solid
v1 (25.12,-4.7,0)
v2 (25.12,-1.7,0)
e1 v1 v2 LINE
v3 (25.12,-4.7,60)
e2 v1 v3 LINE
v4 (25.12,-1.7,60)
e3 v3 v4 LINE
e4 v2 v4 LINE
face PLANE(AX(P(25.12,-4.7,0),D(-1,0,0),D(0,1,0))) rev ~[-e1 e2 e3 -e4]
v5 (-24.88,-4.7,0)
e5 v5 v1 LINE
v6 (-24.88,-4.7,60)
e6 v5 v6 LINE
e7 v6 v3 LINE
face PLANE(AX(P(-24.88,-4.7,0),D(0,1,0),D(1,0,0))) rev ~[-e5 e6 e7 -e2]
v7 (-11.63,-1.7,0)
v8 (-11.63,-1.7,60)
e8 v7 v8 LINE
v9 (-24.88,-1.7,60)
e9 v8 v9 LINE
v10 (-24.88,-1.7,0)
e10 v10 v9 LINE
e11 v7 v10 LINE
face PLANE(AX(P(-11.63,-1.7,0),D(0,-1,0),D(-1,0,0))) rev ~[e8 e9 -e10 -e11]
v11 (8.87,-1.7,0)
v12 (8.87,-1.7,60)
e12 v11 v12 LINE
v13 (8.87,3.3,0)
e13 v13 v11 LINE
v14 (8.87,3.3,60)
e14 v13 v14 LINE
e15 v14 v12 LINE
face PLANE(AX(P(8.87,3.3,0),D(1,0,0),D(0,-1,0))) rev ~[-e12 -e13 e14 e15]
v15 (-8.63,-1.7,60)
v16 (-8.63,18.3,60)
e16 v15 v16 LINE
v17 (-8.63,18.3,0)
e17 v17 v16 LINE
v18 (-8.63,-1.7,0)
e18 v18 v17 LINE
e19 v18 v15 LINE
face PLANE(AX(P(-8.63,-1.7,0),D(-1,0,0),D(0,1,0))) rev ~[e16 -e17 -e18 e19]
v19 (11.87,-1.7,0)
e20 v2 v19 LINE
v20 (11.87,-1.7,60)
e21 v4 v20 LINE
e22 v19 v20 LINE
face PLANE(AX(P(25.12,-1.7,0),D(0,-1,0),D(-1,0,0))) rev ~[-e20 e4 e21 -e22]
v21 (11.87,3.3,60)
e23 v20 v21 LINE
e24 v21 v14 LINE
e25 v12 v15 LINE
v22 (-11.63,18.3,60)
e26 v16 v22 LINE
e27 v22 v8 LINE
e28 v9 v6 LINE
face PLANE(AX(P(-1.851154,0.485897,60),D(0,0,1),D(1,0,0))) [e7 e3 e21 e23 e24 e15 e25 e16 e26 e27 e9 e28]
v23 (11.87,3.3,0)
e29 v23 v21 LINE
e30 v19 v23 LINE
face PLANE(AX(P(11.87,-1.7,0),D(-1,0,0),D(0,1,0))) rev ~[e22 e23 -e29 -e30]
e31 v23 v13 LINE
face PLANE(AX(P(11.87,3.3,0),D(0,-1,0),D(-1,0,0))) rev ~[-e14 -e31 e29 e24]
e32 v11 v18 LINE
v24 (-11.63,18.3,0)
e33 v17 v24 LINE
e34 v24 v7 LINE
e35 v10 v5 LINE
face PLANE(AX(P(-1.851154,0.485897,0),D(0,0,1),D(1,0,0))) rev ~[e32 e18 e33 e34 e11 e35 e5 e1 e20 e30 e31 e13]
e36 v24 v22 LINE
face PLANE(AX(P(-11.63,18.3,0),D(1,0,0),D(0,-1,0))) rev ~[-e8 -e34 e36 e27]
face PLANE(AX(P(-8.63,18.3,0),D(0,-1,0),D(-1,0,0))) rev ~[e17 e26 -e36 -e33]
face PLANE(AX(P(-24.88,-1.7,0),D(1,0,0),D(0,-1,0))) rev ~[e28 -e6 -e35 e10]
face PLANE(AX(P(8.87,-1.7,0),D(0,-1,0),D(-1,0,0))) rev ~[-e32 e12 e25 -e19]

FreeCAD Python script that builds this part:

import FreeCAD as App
import Part
import Sketcher

V = App.Vector
Q = App.Units.Quantity


def add_polygon(sketch, points):
    """Adds a closed chain of lines whose ends are joined by coincident constraints."""
    first, n = sketch.GeometryCount, len(points)
    for a, b in zip(points, points[1:] + points[:1]):
        sketch.addGeometry(Part.LineSegment(App.Vector(*a, 0), App.Vector(*b, 0)), False)
    for i in range(n):
        sketch.addConstraint(Sketcher.Constraint("Coincident", first + i, 2, first + (i + 1) % n, 1))

doc = App.newDocument("Part")
params = doc.addObject("Spreadsheet::Sheet", "Params")
for row, (alias, value) in enumerate([
    ("sketch1_width", "50 mm"),
    ("sketch1_width2", "3 mm"),
    ("sketch1_height", "5 mm"),
    ("sketch1_height2", "20 mm"),
    ("sketch1_width3", "17.5 mm"),
    ("pad1_length", "60 mm"),
], start=1):
    params.set(f"A{row}", alias)
    params.set(f"B{row}", "=" + value)
    params.setAlias(f"B{row}", alias)

body = doc.addObject("PartDesign::Body", "Body")

# Sketch on XY plane
sketch1 = body.newObject("Sketcher::SketchObject", "Sketch")
sketch1.AttachmentSupport = (doc.getObject("XY_Plane"), [""])
sketch1.MapMode = "FlatFace"
add_polygon(sketch1, [(-24.88, -4.7), (25.12, -4.7), (25.12, -1.7), (11.87, -1.7), (11.87, 3.3), (8.87, 3.3), (8.87, -1.7), (-8.63, -1.7), (-8.63, 18.3), (-11.63, 18.3), (-11.63, -1.7), (-24.88, -1.7)])  # lines 0-11
sketch1.addConstraint([
    Sketcher.Constraint("Horizontal", 0),
    Sketcher.Constraint("Vertical", 1),
    Sketcher.Constraint("Horizontal", 2),
    Sketcher.Constraint("Vertical", 3),
    Sketcher.Constraint("Horizontal", 4),
    Sketcher.Constraint("Vertical", 5),
    Sketcher.Constraint("Horizontal", 6),
    Sketcher.Constraint("Vertical", 7),
    Sketcher.Constraint("Horizontal", 8),
    Sketcher.Constraint("Vertical", 9),
    Sketcher.Constraint("Horizontal", 10),
    Sketcher.Constraint("Vertical", 11),
    Sketcher.Constraint("Horizontal", 2, 2, 5, 2),
    Sketcher.Constraint("Horizontal", 6, 2, 9, 2),
    Sketcher.Constraint("Equal", 4, 8),
    Sketcher.Constraint("Equal", 2, 10),
    Sketcher.Constraint("Equal", 8, 1),
    Sketcher.Constraint("DistanceX", 0, 1, 0, 2, Q("50 mm")),
    Sketcher.Constraint("DistanceX", 4, 2, 4, 1, Q("3 mm")),
    Sketcher.Constraint("DistanceY", 3, 1, 3, 2, Q("5 mm")),
    Sketcher.Constraint("DistanceY", 7, 1, 7, 2, Q("20 mm")),
    Sketcher.Constraint("DistanceX", 6, 2, 6, 1, Q("17.5 mm")),
    Sketcher.Constraint("DistanceY", 0, 2, -1, 1, Q("4.7 mm")),
    Sketcher.Constraint("DistanceX", -1, 1, 0, 2, Q("25.12 mm")),
])
sketch1.setExpression("Constraints[29]", "Params.sketch1_width")
sketch1.setExpression("Constraints[30]", "Params.sketch1_width2")
sketch1.setExpression("Constraints[31]", "Params.sketch1_height")
sketch1.setExpression("Constraints[32]", "Params.sketch1_height2")
sketch1.setExpression("Constraints[33]", "Params.sketch1_width3")
pad1 = body.newObject("PartDesign::Pad", "Pad")
pad1.Profile = sketch1
pad1.setExpression("Length", "Params.pad1_length")

doc.recompute()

○ ○ ○

- **REQUIREMENT**:
Using the data above, repeat exactly the lines that begin at the line with "e21 v4 v20 LINE" and end at the line with "e36 v24 v22 LINE", both ends included.

- **ANSWER BOX**:
e21 v4 v20 LINE
e22 v19 v20 LINE
face PLANE(AX(P(25.12,-1.7,0),D(0,-1,0),D(-1,0,0))) rev ~[-e20 e4 e21 -e22]
v21 (11.87,3.3,60)
e23 v20 v21 LINE
e24 v21 v14 LINE
e25 v12 v15 LINE
v22 (-11.63,18.3,60)
e26 v16 v22 LINE
e27 v22 v8 LINE
e28 v9 v6 LINE
face PLANE(AX(P(-1.851154,0.485897,60),D(0,0,1),D(1,0,0))) [e7 e3 e21 e23 e24 e15 e25 e16 e26 e27 e9 e28]
v23 (11.87,3.3,0)
e29 v23 v21 LINE
e30 v19 v23 LINE
face PLANE(AX(P(11.87,-1.7,0),D(-1,0,0),D(0,1,0))) rev ~[e22 e23 -e29 -e30]
e31 v23 v13 LINE
face PLANE(AX(P(11.87,3.3,0),D(0,-1,0),D(-1,0,0))) rev ~[-e14 -e31 e29 e24]
e32 v11 v18 LINE
v24 (-11.63,18.3,0)
e33 v17 v24 LINE
e34 v24 v7 LINE
e35 v10 v5 LINE
face PLANE(AX(P(-1.851154,0.485897,0),D(0,0,1),D(1,0,0))) rev ~[e32 e18 e33 e34 e11 e35 e5 e1 e20 e30 e31 e13]
e36 v24 v22 LINE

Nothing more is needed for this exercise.